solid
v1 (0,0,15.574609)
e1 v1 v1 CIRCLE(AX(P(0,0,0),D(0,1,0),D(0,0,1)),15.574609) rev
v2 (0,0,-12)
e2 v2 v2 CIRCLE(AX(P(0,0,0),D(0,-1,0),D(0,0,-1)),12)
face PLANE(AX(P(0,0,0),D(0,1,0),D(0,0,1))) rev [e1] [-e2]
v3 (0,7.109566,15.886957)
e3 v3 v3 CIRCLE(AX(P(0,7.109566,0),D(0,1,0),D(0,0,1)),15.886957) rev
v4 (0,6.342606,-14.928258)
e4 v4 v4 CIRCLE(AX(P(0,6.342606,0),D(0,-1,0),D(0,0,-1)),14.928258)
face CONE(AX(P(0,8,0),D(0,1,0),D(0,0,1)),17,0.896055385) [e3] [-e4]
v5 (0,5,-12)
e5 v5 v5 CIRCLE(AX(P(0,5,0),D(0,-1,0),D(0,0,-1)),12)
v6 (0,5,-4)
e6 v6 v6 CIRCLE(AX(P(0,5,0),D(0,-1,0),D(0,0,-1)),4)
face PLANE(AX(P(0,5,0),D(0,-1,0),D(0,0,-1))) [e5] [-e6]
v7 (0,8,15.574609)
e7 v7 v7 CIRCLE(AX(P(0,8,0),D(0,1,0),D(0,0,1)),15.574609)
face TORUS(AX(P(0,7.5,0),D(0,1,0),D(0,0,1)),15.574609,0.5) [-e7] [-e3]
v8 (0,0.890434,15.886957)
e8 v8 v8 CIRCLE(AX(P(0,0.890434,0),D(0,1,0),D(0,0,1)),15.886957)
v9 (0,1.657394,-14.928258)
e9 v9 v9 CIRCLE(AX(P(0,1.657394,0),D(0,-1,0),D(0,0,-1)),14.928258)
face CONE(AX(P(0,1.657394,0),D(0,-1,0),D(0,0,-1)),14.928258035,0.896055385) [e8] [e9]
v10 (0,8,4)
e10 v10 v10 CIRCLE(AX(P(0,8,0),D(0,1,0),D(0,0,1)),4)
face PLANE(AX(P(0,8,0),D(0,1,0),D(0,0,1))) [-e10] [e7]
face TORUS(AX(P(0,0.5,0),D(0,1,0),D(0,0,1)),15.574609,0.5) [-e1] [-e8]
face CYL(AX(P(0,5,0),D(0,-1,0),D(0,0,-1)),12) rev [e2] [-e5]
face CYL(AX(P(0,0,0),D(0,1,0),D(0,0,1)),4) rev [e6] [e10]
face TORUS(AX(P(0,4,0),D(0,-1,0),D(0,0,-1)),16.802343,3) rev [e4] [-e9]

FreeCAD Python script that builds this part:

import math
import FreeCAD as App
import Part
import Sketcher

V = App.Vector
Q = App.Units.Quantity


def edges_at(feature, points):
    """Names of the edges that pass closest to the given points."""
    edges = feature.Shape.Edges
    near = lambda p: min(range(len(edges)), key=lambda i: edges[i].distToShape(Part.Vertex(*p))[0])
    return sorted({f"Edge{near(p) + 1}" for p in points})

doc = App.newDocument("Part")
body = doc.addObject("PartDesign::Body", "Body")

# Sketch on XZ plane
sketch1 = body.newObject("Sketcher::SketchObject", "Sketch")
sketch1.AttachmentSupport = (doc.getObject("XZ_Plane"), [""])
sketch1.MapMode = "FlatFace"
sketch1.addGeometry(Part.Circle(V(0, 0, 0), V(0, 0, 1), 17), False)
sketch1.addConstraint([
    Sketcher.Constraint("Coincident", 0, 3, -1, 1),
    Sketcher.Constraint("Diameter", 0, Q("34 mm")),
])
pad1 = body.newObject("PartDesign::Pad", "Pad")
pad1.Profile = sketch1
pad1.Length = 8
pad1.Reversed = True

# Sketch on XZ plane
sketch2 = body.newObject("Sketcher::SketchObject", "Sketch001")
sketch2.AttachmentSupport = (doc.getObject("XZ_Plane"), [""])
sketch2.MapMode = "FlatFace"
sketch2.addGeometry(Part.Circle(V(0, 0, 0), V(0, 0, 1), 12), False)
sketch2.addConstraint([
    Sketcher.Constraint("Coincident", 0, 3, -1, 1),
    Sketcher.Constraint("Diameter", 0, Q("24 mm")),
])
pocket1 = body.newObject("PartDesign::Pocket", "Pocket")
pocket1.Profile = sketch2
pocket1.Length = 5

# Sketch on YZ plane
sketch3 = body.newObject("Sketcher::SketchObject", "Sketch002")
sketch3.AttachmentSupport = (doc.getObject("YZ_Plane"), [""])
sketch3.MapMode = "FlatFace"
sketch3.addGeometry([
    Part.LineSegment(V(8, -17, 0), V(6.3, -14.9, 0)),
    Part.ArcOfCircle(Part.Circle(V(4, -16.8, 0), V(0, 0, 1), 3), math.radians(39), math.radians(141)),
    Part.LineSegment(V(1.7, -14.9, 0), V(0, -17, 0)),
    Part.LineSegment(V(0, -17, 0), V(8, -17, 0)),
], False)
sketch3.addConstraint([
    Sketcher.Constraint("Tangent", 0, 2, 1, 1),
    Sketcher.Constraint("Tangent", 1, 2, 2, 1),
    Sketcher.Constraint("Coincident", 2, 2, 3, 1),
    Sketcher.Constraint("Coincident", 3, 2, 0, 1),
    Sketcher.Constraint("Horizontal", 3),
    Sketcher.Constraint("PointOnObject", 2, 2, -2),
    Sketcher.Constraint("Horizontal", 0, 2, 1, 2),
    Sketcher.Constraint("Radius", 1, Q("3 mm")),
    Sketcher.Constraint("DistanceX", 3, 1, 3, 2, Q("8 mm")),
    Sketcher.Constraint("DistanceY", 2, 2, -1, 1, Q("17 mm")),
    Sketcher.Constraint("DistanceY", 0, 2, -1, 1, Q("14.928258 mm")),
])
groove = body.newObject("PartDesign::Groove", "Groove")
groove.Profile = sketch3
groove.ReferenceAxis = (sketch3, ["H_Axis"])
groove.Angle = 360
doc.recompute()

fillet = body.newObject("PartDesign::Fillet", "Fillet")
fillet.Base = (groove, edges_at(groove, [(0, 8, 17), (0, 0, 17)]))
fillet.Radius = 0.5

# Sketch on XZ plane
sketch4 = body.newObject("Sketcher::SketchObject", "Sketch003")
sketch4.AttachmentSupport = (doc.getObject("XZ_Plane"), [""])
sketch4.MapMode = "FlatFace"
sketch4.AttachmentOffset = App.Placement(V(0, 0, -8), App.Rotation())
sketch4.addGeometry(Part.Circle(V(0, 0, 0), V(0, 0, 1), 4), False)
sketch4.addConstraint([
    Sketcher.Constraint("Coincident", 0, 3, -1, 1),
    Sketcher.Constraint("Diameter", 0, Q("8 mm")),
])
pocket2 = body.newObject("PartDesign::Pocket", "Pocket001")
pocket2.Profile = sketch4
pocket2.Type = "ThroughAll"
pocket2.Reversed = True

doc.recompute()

━━━

* _WHAT THE TASK REQUIRES_
The reply should be nothing but the number of lines in the listing above that include "CONE".

* _SOLUTION_
2